Response by Deputy Governor of the South African Reserve Bank

By XP Guma

29 September 2010

Dick Forslund and Mazibuko Jara’s article (Inflation targeting retards economic growth, September 20) refers. Permit me to respond, briefly.

First, the authors state that “it is completely legitimate for workers to fight for wage increases in excess of inflation” because if they don’t do this, employers will get an increasing share of the value produced. This outcome, they allege, will keep inequality as it is — at best. At worst, it will actually deepen economic inequality.

Ignore, for a moment, the meaning of “economic” inequality but ask the question, to which workers do Messrs Forslund and Jara refer?
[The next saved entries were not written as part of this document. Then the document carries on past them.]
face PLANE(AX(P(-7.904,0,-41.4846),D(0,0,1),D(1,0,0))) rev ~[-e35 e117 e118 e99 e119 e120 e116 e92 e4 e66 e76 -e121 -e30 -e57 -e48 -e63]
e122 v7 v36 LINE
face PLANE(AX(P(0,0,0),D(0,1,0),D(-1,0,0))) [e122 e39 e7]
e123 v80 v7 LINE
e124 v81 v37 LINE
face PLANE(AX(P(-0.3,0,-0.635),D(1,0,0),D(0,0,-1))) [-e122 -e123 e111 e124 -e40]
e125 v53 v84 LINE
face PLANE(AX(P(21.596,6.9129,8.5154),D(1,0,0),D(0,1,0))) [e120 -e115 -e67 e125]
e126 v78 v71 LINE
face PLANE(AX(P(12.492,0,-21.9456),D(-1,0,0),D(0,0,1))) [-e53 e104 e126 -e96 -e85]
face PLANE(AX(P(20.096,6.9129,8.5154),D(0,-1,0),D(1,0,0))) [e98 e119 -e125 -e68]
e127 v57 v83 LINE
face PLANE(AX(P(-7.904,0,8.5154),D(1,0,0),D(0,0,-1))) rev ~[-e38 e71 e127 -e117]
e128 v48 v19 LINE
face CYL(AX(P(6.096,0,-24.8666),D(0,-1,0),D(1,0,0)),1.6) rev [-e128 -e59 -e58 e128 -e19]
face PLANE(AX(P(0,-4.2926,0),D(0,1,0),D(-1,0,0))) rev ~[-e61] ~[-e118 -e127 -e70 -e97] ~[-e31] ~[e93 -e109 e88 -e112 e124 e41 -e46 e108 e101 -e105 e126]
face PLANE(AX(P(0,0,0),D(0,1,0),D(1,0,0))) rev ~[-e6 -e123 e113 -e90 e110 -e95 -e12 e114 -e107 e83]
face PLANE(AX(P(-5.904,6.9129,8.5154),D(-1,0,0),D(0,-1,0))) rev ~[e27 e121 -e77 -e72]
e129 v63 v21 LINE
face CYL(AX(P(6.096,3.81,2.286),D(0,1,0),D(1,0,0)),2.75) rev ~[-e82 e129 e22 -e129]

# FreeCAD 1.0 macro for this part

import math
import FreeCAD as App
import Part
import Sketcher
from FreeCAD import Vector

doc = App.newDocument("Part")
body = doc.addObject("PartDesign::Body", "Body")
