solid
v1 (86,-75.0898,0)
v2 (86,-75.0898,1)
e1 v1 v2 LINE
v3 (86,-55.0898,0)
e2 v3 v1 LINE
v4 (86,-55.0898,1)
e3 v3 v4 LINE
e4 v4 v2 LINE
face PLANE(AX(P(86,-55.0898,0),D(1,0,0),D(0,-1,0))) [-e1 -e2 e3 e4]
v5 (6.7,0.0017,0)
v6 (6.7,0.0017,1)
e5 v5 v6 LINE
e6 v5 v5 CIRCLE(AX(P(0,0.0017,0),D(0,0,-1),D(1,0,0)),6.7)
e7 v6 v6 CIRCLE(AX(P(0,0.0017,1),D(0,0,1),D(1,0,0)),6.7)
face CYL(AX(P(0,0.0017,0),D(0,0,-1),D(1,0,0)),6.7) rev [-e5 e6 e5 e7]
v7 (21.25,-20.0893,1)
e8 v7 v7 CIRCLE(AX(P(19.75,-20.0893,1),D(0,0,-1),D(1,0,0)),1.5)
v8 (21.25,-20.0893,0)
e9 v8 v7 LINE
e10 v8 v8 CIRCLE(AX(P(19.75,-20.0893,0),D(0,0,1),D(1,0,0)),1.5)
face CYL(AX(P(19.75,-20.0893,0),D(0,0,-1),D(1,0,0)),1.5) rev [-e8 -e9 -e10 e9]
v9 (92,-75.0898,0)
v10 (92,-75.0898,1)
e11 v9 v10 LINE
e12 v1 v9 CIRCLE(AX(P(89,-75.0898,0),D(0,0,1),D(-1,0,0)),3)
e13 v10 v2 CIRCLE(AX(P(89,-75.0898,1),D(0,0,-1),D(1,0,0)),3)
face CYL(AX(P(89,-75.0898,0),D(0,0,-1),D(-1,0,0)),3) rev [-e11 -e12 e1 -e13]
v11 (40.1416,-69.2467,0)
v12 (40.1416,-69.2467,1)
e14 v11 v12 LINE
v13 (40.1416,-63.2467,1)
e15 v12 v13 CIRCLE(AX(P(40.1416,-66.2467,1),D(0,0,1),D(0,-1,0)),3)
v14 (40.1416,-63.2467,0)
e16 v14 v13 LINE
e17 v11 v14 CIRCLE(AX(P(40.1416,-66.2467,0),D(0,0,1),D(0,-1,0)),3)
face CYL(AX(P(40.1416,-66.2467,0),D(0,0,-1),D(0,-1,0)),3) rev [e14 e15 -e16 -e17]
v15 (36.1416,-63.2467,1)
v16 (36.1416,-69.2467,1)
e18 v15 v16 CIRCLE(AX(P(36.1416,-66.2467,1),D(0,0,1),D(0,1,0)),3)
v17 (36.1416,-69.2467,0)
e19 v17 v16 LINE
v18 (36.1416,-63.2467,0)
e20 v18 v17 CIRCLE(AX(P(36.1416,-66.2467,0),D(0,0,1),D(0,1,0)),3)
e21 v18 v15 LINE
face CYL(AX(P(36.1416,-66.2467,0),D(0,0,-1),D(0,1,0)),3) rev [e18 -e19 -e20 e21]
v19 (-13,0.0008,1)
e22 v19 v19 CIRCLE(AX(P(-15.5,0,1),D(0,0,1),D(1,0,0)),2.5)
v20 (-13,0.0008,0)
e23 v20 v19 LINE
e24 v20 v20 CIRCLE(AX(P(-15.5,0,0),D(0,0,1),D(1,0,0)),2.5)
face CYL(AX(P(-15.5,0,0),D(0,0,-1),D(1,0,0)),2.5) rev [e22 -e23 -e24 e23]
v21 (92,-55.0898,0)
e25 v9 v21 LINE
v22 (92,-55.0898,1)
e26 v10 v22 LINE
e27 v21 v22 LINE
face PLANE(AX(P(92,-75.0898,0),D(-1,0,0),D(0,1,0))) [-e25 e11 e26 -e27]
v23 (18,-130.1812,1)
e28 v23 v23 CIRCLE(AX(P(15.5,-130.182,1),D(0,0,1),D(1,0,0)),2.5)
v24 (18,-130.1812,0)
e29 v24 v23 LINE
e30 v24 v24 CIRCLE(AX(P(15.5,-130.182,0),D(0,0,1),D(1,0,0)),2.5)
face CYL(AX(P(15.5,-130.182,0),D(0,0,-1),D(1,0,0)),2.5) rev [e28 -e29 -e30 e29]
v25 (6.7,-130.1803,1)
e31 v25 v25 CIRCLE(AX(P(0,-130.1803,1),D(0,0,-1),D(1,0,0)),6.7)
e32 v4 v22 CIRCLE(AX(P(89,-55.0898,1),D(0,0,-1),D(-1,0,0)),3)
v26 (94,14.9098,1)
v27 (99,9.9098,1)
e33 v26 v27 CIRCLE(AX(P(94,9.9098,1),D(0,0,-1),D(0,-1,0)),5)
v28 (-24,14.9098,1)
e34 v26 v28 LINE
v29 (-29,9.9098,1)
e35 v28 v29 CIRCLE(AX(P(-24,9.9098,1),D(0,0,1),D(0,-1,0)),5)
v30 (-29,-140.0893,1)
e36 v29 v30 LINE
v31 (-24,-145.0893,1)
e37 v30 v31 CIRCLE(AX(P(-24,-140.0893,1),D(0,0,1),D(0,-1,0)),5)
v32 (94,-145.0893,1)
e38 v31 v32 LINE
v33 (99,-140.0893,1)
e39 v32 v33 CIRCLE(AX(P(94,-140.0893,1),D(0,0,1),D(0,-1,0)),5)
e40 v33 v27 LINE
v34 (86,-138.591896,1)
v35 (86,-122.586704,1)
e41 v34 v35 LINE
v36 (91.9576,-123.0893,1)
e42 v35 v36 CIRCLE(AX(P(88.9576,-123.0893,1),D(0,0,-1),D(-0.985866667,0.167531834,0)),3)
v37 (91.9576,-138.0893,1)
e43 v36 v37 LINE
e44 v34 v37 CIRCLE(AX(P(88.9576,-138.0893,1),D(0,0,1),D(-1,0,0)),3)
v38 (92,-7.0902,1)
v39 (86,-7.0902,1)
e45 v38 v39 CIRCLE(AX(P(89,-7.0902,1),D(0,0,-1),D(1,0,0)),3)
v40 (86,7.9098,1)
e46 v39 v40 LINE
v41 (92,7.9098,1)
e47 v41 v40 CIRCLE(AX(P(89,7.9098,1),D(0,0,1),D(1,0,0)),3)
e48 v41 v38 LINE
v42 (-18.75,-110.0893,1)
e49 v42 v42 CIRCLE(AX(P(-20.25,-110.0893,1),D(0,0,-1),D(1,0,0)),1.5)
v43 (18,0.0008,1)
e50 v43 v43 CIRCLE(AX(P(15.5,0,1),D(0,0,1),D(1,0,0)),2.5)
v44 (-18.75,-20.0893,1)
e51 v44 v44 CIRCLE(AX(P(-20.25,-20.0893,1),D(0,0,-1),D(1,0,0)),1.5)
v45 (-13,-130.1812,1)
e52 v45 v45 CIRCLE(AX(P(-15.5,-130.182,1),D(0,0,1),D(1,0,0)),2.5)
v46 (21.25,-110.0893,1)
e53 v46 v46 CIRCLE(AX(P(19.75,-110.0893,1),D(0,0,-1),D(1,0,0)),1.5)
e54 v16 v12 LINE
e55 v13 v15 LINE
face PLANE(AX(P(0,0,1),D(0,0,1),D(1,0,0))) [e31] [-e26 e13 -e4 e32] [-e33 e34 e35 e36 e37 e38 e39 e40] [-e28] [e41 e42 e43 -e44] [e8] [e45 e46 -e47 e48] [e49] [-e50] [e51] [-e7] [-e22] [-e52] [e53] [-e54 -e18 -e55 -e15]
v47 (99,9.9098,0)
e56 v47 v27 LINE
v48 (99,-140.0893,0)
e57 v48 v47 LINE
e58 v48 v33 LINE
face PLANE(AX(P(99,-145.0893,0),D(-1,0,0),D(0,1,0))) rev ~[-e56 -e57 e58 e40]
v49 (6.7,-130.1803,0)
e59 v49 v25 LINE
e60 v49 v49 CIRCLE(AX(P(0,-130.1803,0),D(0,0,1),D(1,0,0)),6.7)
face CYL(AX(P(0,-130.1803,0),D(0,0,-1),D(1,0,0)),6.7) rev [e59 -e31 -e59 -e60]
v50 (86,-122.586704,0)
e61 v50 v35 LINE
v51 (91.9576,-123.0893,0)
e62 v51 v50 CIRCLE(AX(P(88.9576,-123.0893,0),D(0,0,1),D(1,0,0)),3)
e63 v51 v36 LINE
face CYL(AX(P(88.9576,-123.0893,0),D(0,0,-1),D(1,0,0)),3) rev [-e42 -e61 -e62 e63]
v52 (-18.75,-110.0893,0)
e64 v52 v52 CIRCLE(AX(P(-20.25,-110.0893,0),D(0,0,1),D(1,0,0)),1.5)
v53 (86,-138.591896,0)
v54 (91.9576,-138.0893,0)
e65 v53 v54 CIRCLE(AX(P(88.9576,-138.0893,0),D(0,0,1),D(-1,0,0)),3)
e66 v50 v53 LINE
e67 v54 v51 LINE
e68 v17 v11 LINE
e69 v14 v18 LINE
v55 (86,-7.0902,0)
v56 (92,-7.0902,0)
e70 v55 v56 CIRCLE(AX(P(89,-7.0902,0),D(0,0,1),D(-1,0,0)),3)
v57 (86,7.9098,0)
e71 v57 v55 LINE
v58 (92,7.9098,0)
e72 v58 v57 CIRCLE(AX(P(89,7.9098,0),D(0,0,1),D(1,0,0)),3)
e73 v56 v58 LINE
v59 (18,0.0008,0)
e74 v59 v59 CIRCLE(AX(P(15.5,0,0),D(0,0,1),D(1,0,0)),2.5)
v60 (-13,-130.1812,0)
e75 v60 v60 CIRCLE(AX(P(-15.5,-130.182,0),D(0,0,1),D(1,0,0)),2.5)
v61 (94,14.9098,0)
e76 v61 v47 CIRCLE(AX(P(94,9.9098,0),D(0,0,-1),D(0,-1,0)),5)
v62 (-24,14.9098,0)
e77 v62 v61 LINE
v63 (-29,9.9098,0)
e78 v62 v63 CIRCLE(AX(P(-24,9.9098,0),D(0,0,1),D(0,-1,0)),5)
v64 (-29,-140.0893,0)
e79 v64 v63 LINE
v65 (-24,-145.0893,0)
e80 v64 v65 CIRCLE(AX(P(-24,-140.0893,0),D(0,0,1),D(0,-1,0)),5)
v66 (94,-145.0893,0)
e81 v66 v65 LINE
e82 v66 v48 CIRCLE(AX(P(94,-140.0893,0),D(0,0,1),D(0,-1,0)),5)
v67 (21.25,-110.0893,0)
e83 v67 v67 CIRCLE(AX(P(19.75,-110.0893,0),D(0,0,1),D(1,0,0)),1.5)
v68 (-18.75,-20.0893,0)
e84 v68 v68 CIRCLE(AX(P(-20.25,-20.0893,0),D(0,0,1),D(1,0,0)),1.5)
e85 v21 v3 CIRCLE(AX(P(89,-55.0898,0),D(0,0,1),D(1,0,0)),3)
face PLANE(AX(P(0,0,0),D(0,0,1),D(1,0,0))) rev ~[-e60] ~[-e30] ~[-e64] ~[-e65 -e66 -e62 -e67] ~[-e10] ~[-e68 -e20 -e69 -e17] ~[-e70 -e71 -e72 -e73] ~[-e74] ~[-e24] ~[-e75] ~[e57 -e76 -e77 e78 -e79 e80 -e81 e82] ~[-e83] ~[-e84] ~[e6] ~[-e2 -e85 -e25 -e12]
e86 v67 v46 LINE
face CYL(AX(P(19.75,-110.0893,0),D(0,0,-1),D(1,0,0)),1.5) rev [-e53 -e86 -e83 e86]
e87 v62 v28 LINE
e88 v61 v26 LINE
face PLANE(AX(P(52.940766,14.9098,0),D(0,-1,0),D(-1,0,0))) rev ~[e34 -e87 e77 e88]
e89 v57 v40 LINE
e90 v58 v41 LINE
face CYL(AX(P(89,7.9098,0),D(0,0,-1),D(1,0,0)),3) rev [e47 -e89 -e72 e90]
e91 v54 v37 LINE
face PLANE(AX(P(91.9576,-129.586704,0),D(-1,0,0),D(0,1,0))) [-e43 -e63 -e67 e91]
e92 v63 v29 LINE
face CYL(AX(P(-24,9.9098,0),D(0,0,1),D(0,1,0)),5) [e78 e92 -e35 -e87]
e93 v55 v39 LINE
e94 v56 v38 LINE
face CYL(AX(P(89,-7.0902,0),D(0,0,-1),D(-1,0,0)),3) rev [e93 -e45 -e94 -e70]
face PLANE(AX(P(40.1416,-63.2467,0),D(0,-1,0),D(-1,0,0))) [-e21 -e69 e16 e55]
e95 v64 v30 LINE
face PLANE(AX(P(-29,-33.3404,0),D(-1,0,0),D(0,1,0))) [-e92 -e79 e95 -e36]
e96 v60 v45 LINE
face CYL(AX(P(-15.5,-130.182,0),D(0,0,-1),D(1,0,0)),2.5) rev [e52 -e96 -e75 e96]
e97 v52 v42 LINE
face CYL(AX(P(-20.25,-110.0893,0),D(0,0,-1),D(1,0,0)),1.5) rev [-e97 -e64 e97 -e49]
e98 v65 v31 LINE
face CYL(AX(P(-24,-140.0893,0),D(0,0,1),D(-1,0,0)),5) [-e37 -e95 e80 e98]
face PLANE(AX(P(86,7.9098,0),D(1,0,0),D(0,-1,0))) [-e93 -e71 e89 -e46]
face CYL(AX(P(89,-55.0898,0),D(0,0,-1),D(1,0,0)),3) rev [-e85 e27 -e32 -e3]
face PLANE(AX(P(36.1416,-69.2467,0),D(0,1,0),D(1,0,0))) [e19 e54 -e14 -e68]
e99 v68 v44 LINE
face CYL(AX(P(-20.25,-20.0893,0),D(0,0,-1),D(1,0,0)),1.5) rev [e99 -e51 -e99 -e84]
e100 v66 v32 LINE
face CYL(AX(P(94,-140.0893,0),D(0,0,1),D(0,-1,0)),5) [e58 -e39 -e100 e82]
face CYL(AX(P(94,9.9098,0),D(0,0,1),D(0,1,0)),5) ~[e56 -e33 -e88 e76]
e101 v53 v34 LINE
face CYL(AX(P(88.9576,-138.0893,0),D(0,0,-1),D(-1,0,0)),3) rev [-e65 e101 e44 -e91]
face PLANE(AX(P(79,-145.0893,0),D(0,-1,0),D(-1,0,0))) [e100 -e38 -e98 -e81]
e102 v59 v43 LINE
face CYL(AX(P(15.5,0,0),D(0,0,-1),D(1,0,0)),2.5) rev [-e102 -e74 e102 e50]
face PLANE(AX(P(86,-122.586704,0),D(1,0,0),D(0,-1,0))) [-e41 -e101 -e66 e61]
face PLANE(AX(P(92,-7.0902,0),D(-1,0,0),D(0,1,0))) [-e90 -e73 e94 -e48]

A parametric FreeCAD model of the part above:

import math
import FreeCAD as App
import Part
import Sketcher

V = App.Vector
Q = App.Units.Quantity


def edges_at(feature, points):
    """Names of the edges that pass closest to the given points."""
    edges = feature.Shape.Edges
    near = lambda p: min(range(len(edges)), key=lambda i: edges[i].distToShape(Part.Vertex(*p))[0])
    return sorted({f"Edge{near(p) + 1}" for p in points})


def add_polygon(sketch, points):
    """Adds a closed chain of lines whose ends are joined by coincident constraints."""
    first, n = sketch.GeometryCount, len(points)
    for a, b in zip(points, points[1:] + points[:1]):
        sketch.addGeometry(Part.LineSegment(App.Vector(*a, 0), App.Vector(*b, 0)), False)
    for i in range(n):
        sketch.addConstraint(Sketcher.Constraint("Coincident", first + i, 2, first + (i + 1) % n, 1))

doc = App.newDocument("Part")
body = doc.addObject("PartDesign::Body", "Body")

sketch1 = body.newObject("Sketcher::SketchObject", "Sketch")
sketch1.AttachmentSupport = (doc.getObject("XY_Plane"), [""])
sketch1.MapMode = "FlatFace"
add_polygon(sketch1, [(-29, 14.9), (-29, -145.1), (99, -145.1), (99, 14.9)])
sketch1.addGeometry(Part.Circle(V(0, 0, 0), V(0, 0, 1), 6.7), False)
sketch1.addGeometry(Part.Circle(V(15.5, 0, 0), V(0, 0, 1), 2.5), False)
sketch1.addGeometry(Part.Circle(V(-15.5, 0, 0), V(0, 0, 1), 2.5), False)
sketch1.addGeometry(Part.Circle(V(19.8, -20.1, 0), V(0, 0, 1), 1.5), False)
sketch1.addGeometry(Part.Circle(V(-20.2, -20.1, 0), V(0, 0, 1), 1.5), False)
sketch1.addGeometry(Part.LineSegment(V(36.1, -63.2, 0), V(40.1, -63.2, 0)), False)
sketch1.addGeometry(Part.ArcOfCircle(Part.Circle(V(40.1, -66.2, 0), V(0, 0, 1), 3), math.radians(-90), math.radians(90)), False)
sketch1.addGeometry(Part.LineSegment(V(40.1, -69.2, 0), V(36.1, -69.2, 0)), False)
sketch1.addGeometry(Part.ArcOfCircle(Part.Circle(V(36.1, -66.2, 0), V(0, 0, 1), 3), math.radians(90), math.radians(270)), False)
sketch1.addGeometry(Part.ArcOfCircle(Part.Circle(V(89, 7.9, 0), V(0, 0, 1), 3), math.radians(0), math.radians(180)), False)
sketch1.addGeometry(Part.LineSegment(V(92, 7.9, 0), V(92, -7.1, 0)), False)
sketch1.addGeometry(Part.ArcOfCircle(Part.Circle(V(89, -7.1, 0), V(0, 0, 1), 3), math.radians(180), math.radians(360)), False)
sketch1.addGeometry(Part.LineSegment(V(86, -7.1, 0), V(86, 7.9, 0)), False)
sketch1.addGeometry(Part.Circle(V(19.8, -110.1, 0), V(0, 0, 1), 1.5), False)
sketch1.addGeometry(Part.LineSegment(V(92, -55.1, 0), V(92, -75.1, 0)), False)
Those who have been retained throughout this period; those who are currently employed; or those who would have been employed had wage settlements been aligned more closely with improvements (or declines) in labour productivity at the margin?

The facts are incontrovertible. A number of jobs have been shed. Fewer workers are employed in 2010 than were employed in 2005.

In September 2005, there were 13- million employed: at present there are 12,7-million employed.

Those who have retained their jobs together with those who would have been taken into employment at the renegotiated wage rates are the gainers. The newly unemployed, and those who might have secured employment had “economic” imperatives been adhered to, are demonstrably worse off, as is the country as a whole, on account of the dead-weight loss which has been occasioned by allocative inefficiency. All this in an environment of relative stability with inflation reverting to annual rates which are consonant with the inflation target!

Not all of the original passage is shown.